- Action item
Exactly the lines from the start of the data through the line containing "v -0.255 0.2521 4.5" should be output, with both ends kept and nothing added.

Collected data entries

----------

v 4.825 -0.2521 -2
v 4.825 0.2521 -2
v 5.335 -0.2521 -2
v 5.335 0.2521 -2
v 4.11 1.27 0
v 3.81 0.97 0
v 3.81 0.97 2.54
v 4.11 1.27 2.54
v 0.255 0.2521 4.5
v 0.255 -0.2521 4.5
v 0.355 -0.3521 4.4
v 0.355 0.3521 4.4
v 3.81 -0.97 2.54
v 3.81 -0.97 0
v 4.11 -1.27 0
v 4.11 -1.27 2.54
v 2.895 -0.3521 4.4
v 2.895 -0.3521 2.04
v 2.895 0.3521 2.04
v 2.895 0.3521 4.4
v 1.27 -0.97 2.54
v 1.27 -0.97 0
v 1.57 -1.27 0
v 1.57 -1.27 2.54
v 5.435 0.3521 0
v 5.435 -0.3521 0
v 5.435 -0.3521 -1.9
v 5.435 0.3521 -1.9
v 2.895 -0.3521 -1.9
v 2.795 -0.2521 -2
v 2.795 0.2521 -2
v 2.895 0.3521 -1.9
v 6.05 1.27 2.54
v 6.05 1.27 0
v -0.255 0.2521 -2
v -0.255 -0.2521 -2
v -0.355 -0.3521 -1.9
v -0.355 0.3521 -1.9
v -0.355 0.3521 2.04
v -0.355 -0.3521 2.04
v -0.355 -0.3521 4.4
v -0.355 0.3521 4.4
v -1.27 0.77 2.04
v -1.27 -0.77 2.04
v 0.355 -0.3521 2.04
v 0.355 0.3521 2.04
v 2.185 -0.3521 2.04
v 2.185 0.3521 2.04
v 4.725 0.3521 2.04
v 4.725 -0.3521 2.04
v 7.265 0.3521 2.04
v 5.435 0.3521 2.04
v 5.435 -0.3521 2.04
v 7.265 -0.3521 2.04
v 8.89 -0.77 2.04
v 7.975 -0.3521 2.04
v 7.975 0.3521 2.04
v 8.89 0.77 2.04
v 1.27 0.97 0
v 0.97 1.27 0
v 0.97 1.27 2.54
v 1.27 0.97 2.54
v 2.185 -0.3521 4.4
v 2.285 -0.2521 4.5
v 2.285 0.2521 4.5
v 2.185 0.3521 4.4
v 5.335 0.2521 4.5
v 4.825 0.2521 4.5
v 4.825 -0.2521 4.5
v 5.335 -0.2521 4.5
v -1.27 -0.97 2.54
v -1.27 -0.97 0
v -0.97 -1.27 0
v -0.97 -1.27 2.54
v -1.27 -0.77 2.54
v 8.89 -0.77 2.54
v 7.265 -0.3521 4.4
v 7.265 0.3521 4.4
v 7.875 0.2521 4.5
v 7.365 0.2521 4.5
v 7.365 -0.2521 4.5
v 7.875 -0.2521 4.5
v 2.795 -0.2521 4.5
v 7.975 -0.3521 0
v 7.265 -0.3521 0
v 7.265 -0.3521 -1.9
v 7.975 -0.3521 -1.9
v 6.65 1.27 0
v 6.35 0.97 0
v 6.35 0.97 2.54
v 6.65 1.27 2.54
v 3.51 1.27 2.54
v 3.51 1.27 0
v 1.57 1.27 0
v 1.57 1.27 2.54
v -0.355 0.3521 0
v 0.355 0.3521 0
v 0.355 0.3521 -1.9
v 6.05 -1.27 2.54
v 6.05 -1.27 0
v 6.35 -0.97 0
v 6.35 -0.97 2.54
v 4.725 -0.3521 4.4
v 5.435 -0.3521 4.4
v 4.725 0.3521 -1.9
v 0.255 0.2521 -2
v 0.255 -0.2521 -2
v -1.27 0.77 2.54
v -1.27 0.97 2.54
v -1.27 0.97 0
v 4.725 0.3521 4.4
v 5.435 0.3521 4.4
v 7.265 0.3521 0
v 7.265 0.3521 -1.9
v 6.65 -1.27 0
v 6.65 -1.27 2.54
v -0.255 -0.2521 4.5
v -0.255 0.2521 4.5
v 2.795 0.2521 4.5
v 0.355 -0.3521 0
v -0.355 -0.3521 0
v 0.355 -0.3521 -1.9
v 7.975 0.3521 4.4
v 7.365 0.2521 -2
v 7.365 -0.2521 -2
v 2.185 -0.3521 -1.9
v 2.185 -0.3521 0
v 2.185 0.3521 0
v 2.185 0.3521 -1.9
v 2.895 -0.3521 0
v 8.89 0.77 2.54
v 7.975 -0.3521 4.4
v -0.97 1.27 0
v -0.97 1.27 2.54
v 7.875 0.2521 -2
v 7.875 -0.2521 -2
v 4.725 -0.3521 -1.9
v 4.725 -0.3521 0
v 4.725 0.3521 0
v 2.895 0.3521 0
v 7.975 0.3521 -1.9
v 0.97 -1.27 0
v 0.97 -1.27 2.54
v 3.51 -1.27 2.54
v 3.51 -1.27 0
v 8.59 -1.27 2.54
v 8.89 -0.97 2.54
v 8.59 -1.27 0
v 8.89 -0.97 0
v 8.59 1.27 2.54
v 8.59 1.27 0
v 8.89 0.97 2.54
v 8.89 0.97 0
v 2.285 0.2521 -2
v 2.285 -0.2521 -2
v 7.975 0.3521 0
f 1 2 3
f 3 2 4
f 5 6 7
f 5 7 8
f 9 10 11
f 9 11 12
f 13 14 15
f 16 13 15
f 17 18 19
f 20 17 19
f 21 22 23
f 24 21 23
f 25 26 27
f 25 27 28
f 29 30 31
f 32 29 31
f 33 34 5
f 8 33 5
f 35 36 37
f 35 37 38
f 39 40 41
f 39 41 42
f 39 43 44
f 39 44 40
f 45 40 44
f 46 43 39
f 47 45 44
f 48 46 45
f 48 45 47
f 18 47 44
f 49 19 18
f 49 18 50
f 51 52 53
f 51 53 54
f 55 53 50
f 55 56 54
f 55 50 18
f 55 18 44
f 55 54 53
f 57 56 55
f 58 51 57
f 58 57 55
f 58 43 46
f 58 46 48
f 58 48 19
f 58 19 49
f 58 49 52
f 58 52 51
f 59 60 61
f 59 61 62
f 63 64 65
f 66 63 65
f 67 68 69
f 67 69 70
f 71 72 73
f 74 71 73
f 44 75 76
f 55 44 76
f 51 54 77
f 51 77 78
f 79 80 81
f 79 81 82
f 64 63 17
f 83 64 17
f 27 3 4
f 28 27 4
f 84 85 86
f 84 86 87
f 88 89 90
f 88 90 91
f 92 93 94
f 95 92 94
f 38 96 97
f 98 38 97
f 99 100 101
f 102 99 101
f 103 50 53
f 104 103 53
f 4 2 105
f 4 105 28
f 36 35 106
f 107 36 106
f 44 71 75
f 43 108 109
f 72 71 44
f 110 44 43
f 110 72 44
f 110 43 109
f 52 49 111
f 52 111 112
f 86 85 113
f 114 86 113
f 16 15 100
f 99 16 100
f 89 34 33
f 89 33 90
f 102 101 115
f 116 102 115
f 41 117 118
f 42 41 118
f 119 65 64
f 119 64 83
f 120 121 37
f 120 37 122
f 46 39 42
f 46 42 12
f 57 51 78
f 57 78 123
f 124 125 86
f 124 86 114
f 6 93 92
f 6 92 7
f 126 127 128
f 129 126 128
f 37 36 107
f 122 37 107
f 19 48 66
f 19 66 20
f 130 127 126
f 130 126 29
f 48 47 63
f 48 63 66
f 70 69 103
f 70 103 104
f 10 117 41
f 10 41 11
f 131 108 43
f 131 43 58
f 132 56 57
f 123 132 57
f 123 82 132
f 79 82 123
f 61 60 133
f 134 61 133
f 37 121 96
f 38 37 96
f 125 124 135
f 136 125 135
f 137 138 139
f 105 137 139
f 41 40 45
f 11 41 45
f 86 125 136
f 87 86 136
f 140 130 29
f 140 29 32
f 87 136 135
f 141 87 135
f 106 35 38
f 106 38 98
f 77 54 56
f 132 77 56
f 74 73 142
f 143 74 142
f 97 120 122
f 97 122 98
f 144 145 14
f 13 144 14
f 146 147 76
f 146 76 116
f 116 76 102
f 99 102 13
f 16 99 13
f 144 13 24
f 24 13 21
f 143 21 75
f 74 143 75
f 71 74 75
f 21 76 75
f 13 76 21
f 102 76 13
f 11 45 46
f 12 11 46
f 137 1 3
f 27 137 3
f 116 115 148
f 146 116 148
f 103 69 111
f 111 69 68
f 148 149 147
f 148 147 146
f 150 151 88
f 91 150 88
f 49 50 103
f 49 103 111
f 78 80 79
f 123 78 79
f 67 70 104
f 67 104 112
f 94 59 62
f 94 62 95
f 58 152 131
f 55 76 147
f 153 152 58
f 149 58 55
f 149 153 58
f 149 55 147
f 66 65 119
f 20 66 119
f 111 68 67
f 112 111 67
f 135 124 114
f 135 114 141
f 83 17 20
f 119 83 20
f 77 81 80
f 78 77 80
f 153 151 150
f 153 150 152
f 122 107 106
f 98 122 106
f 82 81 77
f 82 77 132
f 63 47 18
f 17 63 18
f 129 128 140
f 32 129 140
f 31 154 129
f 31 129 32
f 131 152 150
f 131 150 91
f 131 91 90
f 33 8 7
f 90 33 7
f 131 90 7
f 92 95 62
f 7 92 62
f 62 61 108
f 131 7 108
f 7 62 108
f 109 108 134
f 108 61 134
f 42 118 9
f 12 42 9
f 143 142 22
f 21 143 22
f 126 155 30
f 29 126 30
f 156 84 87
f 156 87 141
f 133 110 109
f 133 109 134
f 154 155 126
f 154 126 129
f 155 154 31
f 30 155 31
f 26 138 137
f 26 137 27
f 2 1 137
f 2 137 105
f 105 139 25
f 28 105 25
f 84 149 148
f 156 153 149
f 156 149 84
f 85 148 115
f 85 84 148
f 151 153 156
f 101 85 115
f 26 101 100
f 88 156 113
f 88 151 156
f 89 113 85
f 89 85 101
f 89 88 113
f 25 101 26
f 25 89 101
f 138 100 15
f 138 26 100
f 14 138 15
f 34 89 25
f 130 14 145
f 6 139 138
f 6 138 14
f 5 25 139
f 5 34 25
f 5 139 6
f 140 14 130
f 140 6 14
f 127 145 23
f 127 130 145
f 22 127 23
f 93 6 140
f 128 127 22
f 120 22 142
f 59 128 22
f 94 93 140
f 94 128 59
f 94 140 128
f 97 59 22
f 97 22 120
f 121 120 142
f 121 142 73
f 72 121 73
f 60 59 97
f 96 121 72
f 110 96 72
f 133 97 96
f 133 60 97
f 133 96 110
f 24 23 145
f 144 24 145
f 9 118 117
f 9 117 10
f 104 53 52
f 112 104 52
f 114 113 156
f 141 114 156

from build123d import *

# Parameters (mm, degrees)
SKETCH_1_W          = 0.709981308
SKETCH_1_H          = 0.70422052
EXTRUDE_1_DEPTH     = 10
EXTRUDE_1_2_DEPTH   = 10
EXTRUDE_1_3_DEPTH   = 10
EXTRUDE_1_4_DEPTH   = 10
EXTRUDE_2_DEPTH     = 2.54
SKETCH_4_W          = 10.16
SKETCH_4_H          = 1.54
CUT_EXTRUDE_2_DEPTH = 0.5
SKETCH_1_2_W        = 0.709981308
SKETCH_1_2_H        = 0.70422052
EXTRUDE_3_DEPTH     = 2
CUT_EXTRUDE_1_DEPTH = 2.54
SKETCH_1_3_W        = 0.709981308
SKETCH_1_3_H        = 0.70422052
EXTRUDE_4_DEPTH     = 4.5
CHAMFER_1_SIZE      = 0.1


with BuildPart() as part:
    # 草图1 → 凸台-拉伸1 (new body)
    with BuildSketch(Plane.XY):
        with Locations((2.54, 0)):
            Rectangle(SKETCH_1_W, SKETCH_1_H)
    extrude(amount=EXTRUDE_1_DEPTH)



with BuildPart() as body_2:
    # 草图1 → Extrude 1 2 (new body)
    with BuildSketch(Plane.XY):
        Rectangle(SKETCH_1_W, SKETCH_1_H)
    extrude(amount=EXTRUDE_1_2_DEPTH)


with BuildPart() as body_3:
    # 草图1 → Extrude 1 3 (new body)
    with BuildSketch(Plane.XY):
        with Locations((5.08, 0)):
            Rectangle(SKETCH_1_W, SKETCH_1_H)
    extrude(amount=EXTRUDE_1_3_DEPTH)


with BuildPart() as body_4:
    # 草图1 → Extrude 1 4 (new body)
    with BuildSketch(Plane.XY):
        with Locations((7.62, 0)):
            Rectangle(SKETCH_1_W, SKETCH_1_H)
    extrude(amount=EXTRUDE_1_4_DEPTH)


with BuildPart() as part_1:
    add(part.part)

    add(body_2.part)  # 凸台-拉伸2 merges body 2

    add(body_3.part)  # 凸台-拉伸2 merges body 3

    add(body_4.part)  # 凸台-拉伸2 merges body 4
    # 草图2 → 凸台-拉伸2 (add)
    with BuildSketch(Plane.XY):
        Polygon((-1.27, 1.27), (1.27, 1.27), (6.35, 1.27), (8.89, 1.27), (8.89, -1.27), (6.35, -1.27), (1.27, -1.27), (-1.27, -1.27), align=None)
    extrude(amount=EXTRUDE_2_DEPTH)

    # 草图4 → 切除-拉伸2 (cut)
    with BuildSketch(Plane.XY.offset(2.54)):
        with Locations((3.81, 0)):
            Rectangle(SKETCH_4_W, SKETCH_4_H)
    extrude(amount=-CUT_EXTRUDE_2_DEPTH, mode=Mode.SUBTRACT)


with BuildPart() as body_2_2:
    # of the pieces the cut leaves, the one that is kept (cut_extrude_2_keep)
    add(part_1.part.solids().sort_by_distance((8.89, 1.27, 0))[0])

    # 草图1<2> → 凸台-拉伸3 (add)
    with BuildSketch(Plane.XY):
        with Locations((2.54, 0)):
            Rectangle(SKETCH_1_2_W, SKETCH_1_2_H)
        Rectangle(SKETCH_1_2_W, SKETCH_1_2_H)
        with Locations((5.08, 0)):
            Rectangle(SKETCH_1_2_W, SKETCH_1_2_H)
        with Locations((7.62, 0)):
            Rectangle(SKETCH_1_2_W, SKETCH_1_2_H)
    extrude(amount=-EXTRUDE_3_DEPTH)

    # 草图3 → 切除-拉伸1 (cut)
    with BuildSketch(Plane(origin=(0, 0, 0), x_dir=(-1, 0, 0), z_dir=(0, 0, -1))):
        Polygon((-8.59, 1.27), (-8.89, 0.97), (-8.89, 1.27), align=None)
        Polygon((-6.05, 1.27), (-6.35, 0.97), (-6.65, 1.27), align=None)
        Polygon((-3.51, 1.27), (-3.81, 0.97), (-4.11, 1.27), align=None)
        Polygon((-0.97, 1.27), (-1.27, 0.97), (-1.57, 1.27), align=None)
        Polygon((1.57, 1.27), (1.27, 0.97), (0.97, 1.27), align=None)
        Polygon((0.97, -1.27), (1.57, -1.27), (1.27, -0.97), align=None)
        Polygon((-1.57, -1.27), (-0.97, -1.27), (-1.27, -0.97), align=None)
        Polygon((-4.11, -1.27), (-3.51, -1.27), (-3.81, -0.97), align=None)
        Polygon((-6.65, -1.27), (-6.05, -1.27), (-6.35, -0.97), align=None)
        Polygon((-8.89, -1.27), (-8.89, -0.97), (-8.59, -1.27), align=None)
    extrude(amount=-CUT_EXTRUDE_1_DEPTH, mode=Mode.SUBTRACT)

    # 草图1<3> → 凸台-拉伸4 (add)
    with BuildSketch(Plane.XY):
        with Locations((2.54, 0)):
            Rectangle(SKETCH_1_3_W, SKETCH_1_3_H)
        Rectangle(SKETCH_1_3_W, SKETCH_1_3_H)
        with Locations((5.08, 0)):
            Rectangle(SKETCH_1_3_W, SKETCH_1_3_H)
        with Locations((7.62, 0)):
            Rectangle(SKETCH_1_3_W, SKETCH_1_3_H)
    extrude(amount=EXTRUDE_4_DEPTH)

    # 倒角1
    chamfer_1_edges = [body_2_2.edges().sort_by_distance(p)[0] for p in [
        (0.354990654, 0, -2),
        (0, -0.35211026, -2),
        (-0.354990654, 0, -2),
        (0, 0.35211026, -2),
        (2.894990654, 0, -2),
        (2.54, -0.35211026, -2),
        (2.185009346, 0, -2),
        (2.54, 0.35211026, -2),
        (5.434990654, 0, -2),
        (5.08, -0.35211026, -2),
        (4.725009346, 0, -2),
        (5.08, 0.35211026, -2),
        (7.974990654, 0, -2),
        (7.62, -0.35211026, -2),
        (7.265009346, 0, -2),
        (7.62, 0.35211026, -2),
        (0.354990654, 0, 4.5),
        (0, 0.35211026, 4.5),
        (-0.354990654, 0, 4.5),
        (0, -0.35211026, 4.5),
        (2.894990654, 0, 4.5),
        (2.54, 0.35211026, 4.5),
        (2.185009346, 0, 4.5),
        (2.54, -0.35211026, 4.5),
        (5.434990654, 0, 4.5),
        (5.08, 0.35211026, 4.5),
        (4.725009346, 0, 4.5),
        (5.08, -0.35211026, 4.5),
        (7.974990654, 0, 4.5),
        (7.62, 0.35211026, 4.5),
        (7.265009346, 0, 4.5),
        (7.62, -0.35211026, 4.5),
    ]]
    chamfer(chamfer_1_edges, length=CHAMFER_1_SIZE)


solid = body_2_2.part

----------

- Expected answer
v 4.825 -0.2521 -2
v 4.825 0.2521 -2
v 5.335 -0.2521 -2
v 5.335 0.2521 -2
v 4.11 1.27 0
v 3.81 0.97 0
v 3.81 0.97 2.54
v 4.11 1.27 2.54
v 0.255 0.2521 4.5
v 0.255 -0.2521 4.5
v 0.355 -0.3521 4.4
v 0.355 0.3521 4.4
v 3.81 -0.97 2.54
v 3.81 -0.97 0
v 4.11 -1.27 0
v 4.11 -1.27 2.54
v 2.895 -0.3521 4.4
v 2.895 -0.3521 2.04
v 2.895 0.3521 2.04
v 2.895 0.3521 4.4
v 1.27 -0.97 2.54
v 1.27 -0.97 0
v 1.57 -1.27 0
v 1.57 -1.27 2.54
v 5.435 0.3521 0
v 5.435 -0.3521 0
v 5.435 -0.3521 -1.9
v 5.435 0.3521 -1.9
v 2.895 -0.3521 -1.9
v 2.795 -0.2521 -2
v 2.795 0.2521 -2
v 2.895 0.3521 -1.9
v 6.05 1.27 2.54
v 6.05 1.27 0
v -0.255 0.2521 -2
v -0.255 -0.2521 -2
v -0.355 -0.3521 -1.9
v -0.355 0.3521 -1.9
v -0.355 0.3521 2.04
v -0.355 -0.3521 2.04
v -0.355 -0.3521 4.4
v -0.355 0.3521 4.4
v -1.27 0.77 2.04
v -1.27 -0.77 2.04
v 0.355 -0.3521 2.04
v 0.355 0.3521 2.04
v 2.185 -0.3521 2.04
v 2.185 0.3521 2.04
v 4.725 0.3521 2.04
v 4.725 -0.3521 2.04
v 7.265 0.3521 2.04
v 5.435 0.3521 2.04
v 5.435 -0.3521 2.04
v 7.265 -0.3521 2.04
v 8.89 -0.77 2.04
v 7.975 -0.3521 2.04
v 7.975 0.3521 2.04
v 8.89 0.77 2.04
v 1.27 0.97 0
v 0.97 1.27 0
v 0.97 1.27 2.54
v 1.27 0.97 2.54
v 2.185 -0.3521 4.4
v 2.285 -0.2521 4.5
v 2.285 0.2521 4.5
v 2.185 0.3521 4.4
v 5.335 0.2521 4.5
v 4.825 0.2521 4.5
v 4.825 -0.2521 4.5
v 5.335 -0.2521 4.5
v -1.27 -0.97 2.54
v -1.27 -0.97 0
v -0.97 -1.27 0
v -0.97 -1.27 2.54
v -1.27 -0.77 2.54
v 8.89 -0.77 2.54
v 7.265 -0.3521 4.4
v 7.265 0.3521 4.4
v 7.875 0.2521 4.5
v 7.365 0.2521 4.5
v 7.365 -0.2521 4.5
v 7.875 -0.2521 4.5
v 2.795 -0.2521 4.5
v 7.975 -0.3521 0
v 7.265 -0.3521 0
v 7.265 -0.3521 -1.9
v 7.975 -0.3521 -1.9
v 6.65 1.27 0
v 6.35 0.97 0
v 6.35 0.97 2.54
v 6.65 1.27 2.54
v 3.51 1.27 2.54
v 3.51 1.27 0
v 1.57 1.27 0
v 1.57 1.27 2.54
v -0.355 0.3521 0
v 0.355 0.3521 0
v 0.355 0.3521 -1.9
v 6.05 -1.27 2.54
v 6.05 -1.27 0
v 6.35 -0.97 0
v 6.35 -0.97 2.54
v 4.725 -0.3521 4.4
v 5.435 -0.3521 4.4
v 4.725 0.3521 -1.9
v 0.255 0.2521 -2
v 0.255 -0.2521 -2
v -1.27 0.77 2.54
v -1.27 0.97 2.54
v -1.27 0.97 0
v 4.725 0.3521 4.4
v 5.435 0.3521 4.4
v 7.265 0.3521 0
v 7.265 0.3521 -1.9
v 6.65 -1.27 0
v 6.65 -1.27 2.54
v -0.255 -0.2521 4.5
v -0.255 0.2521 4.5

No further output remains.